Exercise aim:
Your answer should be only the lines below from the one with "fillet(fillet4_edges, radius=FILLET4_R)" to the one with "FreeCAD Python script", repeated exactly, ends included.

* * * * *

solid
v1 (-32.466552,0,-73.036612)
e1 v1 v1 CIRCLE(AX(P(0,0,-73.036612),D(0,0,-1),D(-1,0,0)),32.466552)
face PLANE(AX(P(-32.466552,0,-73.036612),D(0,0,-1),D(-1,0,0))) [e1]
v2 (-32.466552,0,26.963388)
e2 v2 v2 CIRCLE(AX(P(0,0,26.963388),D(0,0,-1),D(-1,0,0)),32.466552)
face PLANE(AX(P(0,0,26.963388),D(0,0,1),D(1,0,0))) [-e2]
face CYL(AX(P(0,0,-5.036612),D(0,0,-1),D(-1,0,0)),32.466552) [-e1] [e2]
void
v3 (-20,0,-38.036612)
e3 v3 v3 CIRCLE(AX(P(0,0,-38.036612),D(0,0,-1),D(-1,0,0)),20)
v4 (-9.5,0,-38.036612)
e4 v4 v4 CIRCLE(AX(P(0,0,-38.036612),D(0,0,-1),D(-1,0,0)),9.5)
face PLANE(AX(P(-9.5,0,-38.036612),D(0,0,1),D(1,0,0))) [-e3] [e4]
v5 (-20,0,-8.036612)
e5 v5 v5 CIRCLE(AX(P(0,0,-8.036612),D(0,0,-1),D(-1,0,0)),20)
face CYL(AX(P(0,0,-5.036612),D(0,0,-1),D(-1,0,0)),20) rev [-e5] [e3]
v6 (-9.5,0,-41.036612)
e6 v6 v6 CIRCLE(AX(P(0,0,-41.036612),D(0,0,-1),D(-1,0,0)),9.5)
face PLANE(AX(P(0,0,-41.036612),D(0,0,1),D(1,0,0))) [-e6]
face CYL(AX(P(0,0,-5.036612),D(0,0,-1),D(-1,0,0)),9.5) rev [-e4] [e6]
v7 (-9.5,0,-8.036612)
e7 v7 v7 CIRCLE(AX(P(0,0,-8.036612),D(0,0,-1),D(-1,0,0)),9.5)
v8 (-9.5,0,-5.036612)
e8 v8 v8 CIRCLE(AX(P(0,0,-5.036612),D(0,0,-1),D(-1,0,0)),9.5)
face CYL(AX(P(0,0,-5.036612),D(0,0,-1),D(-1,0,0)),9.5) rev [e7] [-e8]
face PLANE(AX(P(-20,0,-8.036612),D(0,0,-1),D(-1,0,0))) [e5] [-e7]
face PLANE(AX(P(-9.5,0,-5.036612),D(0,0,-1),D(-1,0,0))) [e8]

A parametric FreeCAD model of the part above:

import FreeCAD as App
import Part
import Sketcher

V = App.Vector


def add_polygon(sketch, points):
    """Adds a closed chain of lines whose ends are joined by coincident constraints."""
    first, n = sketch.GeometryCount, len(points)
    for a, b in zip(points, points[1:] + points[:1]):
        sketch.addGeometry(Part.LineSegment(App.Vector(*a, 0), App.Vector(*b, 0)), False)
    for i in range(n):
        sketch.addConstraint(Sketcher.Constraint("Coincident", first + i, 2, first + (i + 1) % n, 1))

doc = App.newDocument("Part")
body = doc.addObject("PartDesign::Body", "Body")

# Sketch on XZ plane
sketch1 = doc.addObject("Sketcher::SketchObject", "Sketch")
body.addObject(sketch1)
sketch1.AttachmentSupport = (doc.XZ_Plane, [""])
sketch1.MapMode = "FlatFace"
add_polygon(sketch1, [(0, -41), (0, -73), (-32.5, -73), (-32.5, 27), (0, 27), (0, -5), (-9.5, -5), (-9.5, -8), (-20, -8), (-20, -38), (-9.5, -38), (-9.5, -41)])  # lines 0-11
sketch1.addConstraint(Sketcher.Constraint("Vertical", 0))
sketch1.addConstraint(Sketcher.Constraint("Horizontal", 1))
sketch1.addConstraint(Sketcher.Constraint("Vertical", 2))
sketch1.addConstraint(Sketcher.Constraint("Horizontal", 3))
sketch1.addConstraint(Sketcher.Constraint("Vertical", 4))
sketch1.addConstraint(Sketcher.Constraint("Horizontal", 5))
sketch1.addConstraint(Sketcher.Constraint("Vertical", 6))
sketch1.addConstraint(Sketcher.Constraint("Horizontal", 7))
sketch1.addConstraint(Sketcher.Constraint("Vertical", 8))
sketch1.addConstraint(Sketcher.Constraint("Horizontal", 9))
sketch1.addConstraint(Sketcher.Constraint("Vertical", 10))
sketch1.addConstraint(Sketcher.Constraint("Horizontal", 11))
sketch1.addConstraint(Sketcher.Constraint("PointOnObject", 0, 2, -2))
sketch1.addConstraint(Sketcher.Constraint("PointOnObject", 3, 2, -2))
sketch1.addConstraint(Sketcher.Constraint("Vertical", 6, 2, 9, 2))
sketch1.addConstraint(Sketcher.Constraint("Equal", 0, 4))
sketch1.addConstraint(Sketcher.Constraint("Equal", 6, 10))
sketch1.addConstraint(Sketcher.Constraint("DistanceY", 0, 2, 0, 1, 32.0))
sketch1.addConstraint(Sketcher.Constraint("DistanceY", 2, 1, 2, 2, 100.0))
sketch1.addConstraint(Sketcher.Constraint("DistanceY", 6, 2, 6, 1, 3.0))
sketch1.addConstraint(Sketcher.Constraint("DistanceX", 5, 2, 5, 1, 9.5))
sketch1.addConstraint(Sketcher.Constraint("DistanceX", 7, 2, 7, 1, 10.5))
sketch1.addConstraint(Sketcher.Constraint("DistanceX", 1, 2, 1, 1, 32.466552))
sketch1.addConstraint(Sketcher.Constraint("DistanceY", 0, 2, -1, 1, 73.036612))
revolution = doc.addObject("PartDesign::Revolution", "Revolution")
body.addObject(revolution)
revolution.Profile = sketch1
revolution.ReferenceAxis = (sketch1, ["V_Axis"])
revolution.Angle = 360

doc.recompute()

* * * * *

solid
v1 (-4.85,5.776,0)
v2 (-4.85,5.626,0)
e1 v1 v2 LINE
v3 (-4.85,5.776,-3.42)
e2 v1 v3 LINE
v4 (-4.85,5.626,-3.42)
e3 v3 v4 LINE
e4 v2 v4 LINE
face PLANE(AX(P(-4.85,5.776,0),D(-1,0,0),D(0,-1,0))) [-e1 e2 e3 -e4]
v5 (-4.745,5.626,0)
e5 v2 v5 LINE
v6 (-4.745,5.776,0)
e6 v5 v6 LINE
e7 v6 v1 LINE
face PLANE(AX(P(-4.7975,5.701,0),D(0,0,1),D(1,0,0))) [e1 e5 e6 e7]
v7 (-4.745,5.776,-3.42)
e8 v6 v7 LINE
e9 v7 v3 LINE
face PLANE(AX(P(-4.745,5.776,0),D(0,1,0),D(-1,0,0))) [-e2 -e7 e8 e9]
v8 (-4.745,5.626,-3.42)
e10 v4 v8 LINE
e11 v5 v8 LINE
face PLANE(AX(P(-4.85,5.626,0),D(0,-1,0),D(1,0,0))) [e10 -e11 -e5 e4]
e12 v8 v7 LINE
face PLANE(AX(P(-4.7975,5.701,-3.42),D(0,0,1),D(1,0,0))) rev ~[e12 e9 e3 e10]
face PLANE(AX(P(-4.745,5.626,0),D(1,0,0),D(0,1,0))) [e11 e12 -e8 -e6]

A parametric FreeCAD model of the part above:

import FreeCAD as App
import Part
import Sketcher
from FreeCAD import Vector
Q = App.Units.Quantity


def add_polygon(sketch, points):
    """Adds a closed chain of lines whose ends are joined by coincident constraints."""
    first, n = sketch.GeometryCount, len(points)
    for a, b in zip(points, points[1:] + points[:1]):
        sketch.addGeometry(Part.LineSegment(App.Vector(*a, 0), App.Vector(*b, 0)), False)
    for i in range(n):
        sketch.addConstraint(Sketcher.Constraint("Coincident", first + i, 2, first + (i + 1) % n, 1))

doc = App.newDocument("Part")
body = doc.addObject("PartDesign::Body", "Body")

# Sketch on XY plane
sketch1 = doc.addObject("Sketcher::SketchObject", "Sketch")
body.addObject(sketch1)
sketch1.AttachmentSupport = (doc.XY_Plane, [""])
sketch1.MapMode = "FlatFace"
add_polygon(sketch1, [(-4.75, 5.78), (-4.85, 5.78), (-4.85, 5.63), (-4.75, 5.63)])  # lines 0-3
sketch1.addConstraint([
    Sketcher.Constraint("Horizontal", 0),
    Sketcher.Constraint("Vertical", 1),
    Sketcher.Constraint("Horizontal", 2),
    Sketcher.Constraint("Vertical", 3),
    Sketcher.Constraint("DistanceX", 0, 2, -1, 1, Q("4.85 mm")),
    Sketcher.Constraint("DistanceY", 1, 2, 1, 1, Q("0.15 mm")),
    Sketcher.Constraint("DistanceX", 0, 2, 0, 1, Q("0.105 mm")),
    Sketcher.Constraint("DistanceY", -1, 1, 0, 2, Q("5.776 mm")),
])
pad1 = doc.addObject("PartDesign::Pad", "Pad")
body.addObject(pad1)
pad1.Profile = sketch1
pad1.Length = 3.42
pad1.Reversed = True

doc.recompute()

* * * * *

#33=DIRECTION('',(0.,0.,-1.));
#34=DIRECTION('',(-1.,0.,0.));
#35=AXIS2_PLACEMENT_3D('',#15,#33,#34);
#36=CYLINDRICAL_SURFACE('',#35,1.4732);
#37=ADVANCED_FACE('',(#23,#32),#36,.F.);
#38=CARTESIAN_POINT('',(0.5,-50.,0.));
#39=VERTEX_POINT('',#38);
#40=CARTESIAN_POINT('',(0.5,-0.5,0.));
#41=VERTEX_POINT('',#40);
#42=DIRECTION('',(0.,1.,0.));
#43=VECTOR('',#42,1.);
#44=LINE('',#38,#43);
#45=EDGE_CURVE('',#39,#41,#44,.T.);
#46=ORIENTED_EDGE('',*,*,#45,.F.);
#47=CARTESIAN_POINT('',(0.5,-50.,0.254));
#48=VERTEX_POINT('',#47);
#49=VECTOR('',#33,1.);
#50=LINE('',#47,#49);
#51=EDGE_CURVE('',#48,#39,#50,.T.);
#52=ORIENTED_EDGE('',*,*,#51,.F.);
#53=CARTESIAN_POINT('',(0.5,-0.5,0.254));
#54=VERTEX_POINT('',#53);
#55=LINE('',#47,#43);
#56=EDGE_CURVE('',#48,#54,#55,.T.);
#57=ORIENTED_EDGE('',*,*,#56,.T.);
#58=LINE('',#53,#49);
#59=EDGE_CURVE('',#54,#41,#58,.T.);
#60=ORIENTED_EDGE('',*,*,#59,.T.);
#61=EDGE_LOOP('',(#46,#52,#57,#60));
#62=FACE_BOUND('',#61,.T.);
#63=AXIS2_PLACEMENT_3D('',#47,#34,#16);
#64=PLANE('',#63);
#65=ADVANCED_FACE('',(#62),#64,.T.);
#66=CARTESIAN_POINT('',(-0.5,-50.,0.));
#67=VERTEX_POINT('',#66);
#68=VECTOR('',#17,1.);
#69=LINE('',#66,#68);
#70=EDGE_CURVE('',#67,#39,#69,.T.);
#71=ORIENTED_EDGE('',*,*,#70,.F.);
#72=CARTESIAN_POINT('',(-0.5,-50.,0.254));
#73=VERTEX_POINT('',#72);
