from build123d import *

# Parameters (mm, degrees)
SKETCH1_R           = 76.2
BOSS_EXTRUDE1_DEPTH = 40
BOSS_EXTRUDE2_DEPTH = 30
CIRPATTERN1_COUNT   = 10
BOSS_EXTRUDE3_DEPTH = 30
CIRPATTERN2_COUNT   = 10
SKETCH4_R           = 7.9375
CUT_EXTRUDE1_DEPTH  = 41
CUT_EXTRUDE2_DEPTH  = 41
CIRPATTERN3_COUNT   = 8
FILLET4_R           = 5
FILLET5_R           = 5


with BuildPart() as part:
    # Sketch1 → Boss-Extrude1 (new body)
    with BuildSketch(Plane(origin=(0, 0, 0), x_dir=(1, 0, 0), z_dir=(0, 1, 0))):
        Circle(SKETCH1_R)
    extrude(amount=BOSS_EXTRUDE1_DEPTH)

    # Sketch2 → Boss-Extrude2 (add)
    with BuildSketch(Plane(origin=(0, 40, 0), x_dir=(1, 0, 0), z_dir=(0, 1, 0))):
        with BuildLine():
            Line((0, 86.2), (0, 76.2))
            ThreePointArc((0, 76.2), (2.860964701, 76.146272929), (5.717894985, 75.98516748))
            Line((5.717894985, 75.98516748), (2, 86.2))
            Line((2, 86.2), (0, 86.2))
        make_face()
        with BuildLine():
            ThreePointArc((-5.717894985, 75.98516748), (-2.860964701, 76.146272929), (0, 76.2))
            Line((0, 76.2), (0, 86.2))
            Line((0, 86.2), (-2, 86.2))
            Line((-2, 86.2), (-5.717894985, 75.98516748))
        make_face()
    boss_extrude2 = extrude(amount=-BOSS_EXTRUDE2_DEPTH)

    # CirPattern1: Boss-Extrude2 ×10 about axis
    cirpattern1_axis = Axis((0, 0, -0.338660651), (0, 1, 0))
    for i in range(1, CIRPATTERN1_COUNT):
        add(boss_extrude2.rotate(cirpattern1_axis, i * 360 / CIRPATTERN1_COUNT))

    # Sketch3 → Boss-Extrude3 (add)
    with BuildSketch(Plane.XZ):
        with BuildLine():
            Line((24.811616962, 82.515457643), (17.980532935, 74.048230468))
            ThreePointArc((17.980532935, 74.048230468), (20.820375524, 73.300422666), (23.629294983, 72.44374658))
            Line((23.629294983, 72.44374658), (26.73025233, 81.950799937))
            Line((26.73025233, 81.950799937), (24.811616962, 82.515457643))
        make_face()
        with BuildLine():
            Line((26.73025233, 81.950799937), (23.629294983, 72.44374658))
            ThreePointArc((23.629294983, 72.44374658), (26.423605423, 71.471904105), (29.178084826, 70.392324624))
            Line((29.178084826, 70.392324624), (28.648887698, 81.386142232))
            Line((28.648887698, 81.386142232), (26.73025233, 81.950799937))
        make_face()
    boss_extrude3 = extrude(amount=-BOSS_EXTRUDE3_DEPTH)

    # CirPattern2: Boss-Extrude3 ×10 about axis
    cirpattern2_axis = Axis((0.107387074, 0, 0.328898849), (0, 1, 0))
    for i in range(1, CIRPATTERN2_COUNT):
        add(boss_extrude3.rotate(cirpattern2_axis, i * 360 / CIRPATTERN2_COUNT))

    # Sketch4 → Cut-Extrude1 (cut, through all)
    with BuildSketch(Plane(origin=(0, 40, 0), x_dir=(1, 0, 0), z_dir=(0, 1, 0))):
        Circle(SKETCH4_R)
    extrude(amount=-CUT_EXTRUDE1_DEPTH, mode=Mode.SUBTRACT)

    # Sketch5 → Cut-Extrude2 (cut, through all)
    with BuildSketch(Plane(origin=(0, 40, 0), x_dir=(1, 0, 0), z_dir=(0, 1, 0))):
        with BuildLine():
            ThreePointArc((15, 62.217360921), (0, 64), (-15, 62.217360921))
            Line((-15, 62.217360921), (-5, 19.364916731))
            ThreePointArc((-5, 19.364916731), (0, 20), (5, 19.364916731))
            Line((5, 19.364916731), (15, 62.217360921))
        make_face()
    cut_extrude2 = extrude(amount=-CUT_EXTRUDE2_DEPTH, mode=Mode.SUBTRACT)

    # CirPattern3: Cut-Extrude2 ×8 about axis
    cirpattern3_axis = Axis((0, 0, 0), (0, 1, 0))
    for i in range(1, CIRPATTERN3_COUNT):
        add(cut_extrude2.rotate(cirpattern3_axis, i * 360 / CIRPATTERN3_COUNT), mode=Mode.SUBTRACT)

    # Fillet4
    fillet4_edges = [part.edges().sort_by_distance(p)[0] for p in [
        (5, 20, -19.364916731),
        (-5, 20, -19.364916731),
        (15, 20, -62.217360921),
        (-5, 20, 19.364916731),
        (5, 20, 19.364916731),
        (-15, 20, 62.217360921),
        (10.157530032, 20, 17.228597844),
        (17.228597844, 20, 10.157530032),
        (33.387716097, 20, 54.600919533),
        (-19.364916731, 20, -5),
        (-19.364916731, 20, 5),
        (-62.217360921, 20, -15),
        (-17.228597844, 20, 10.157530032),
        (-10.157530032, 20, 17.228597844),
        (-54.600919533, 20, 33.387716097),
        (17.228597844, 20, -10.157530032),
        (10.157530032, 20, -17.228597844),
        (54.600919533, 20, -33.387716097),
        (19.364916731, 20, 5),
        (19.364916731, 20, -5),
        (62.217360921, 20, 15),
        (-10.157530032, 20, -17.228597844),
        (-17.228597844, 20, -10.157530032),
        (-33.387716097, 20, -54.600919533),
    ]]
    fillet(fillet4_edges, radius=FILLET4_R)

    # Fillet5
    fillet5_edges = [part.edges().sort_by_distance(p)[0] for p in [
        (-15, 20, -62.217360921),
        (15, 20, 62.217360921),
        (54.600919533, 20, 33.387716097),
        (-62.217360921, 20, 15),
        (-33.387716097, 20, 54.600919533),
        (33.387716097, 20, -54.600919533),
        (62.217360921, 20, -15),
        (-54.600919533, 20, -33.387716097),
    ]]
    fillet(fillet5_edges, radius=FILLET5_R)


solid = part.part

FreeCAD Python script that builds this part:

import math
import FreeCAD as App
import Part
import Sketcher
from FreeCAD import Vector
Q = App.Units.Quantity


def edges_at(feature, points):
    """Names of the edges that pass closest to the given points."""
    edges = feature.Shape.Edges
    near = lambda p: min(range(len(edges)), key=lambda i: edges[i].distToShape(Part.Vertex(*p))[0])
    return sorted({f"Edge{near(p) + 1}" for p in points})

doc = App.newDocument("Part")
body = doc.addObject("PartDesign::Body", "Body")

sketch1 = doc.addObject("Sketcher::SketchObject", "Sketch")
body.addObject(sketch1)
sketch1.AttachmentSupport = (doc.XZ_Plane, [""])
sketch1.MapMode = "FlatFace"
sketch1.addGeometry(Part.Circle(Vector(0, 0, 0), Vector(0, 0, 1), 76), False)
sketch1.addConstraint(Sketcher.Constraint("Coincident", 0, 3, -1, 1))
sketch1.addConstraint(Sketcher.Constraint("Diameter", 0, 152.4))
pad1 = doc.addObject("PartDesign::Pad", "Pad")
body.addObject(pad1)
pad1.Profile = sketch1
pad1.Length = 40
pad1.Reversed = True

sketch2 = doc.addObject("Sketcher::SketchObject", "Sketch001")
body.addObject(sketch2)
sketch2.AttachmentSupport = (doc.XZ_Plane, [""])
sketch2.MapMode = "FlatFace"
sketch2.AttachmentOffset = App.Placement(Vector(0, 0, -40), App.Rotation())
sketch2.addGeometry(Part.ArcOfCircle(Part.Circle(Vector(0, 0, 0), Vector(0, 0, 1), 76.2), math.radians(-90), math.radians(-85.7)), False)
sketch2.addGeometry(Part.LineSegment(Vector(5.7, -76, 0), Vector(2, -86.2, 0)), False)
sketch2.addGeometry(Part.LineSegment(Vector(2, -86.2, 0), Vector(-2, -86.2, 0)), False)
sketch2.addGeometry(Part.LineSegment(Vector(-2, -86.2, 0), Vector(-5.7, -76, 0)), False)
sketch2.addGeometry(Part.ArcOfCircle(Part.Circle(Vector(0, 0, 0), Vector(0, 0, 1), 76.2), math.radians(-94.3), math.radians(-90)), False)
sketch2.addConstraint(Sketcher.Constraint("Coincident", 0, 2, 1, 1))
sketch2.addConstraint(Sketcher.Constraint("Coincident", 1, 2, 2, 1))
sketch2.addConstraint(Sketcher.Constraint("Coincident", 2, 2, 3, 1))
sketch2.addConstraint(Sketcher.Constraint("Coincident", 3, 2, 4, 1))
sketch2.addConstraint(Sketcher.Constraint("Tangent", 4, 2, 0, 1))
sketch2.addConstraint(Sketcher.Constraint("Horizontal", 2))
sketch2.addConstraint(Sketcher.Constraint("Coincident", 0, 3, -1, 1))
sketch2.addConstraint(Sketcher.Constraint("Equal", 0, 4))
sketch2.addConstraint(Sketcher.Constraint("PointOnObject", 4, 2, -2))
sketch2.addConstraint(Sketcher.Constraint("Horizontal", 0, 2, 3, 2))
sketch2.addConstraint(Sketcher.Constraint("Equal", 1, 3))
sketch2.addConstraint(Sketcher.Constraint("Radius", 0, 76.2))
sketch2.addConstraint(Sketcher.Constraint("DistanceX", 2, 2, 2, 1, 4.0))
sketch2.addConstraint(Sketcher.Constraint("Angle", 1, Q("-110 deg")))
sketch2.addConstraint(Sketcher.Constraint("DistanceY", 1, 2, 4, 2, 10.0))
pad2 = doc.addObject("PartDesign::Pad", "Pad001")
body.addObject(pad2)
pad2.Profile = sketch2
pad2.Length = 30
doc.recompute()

* * * * *

Finished exercise:
    fillet(fillet4_edges, radius=FILLET4_R)

    # Fillet5
    fillet5_edges = [part.edges().sort_by_distance(p)[0] for p in [
        (-15, 20, -62.217360921),
        (15, 20, 62.217360921),
        (54.600919533, 20, 33.387716097),
        (-62.217360921, 20, 15),
        (-33.387716097, 20, 54.600919533),
        (33.387716097, 20, -54.600919533),
        (62.217360921, 20, -15),
        (-54.600919533, 20, -33.387716097),
    ]]
    fillet(fillet5_edges, radius=FILLET5_R)


solid = part.part

FreeCAD Python script that builds this part:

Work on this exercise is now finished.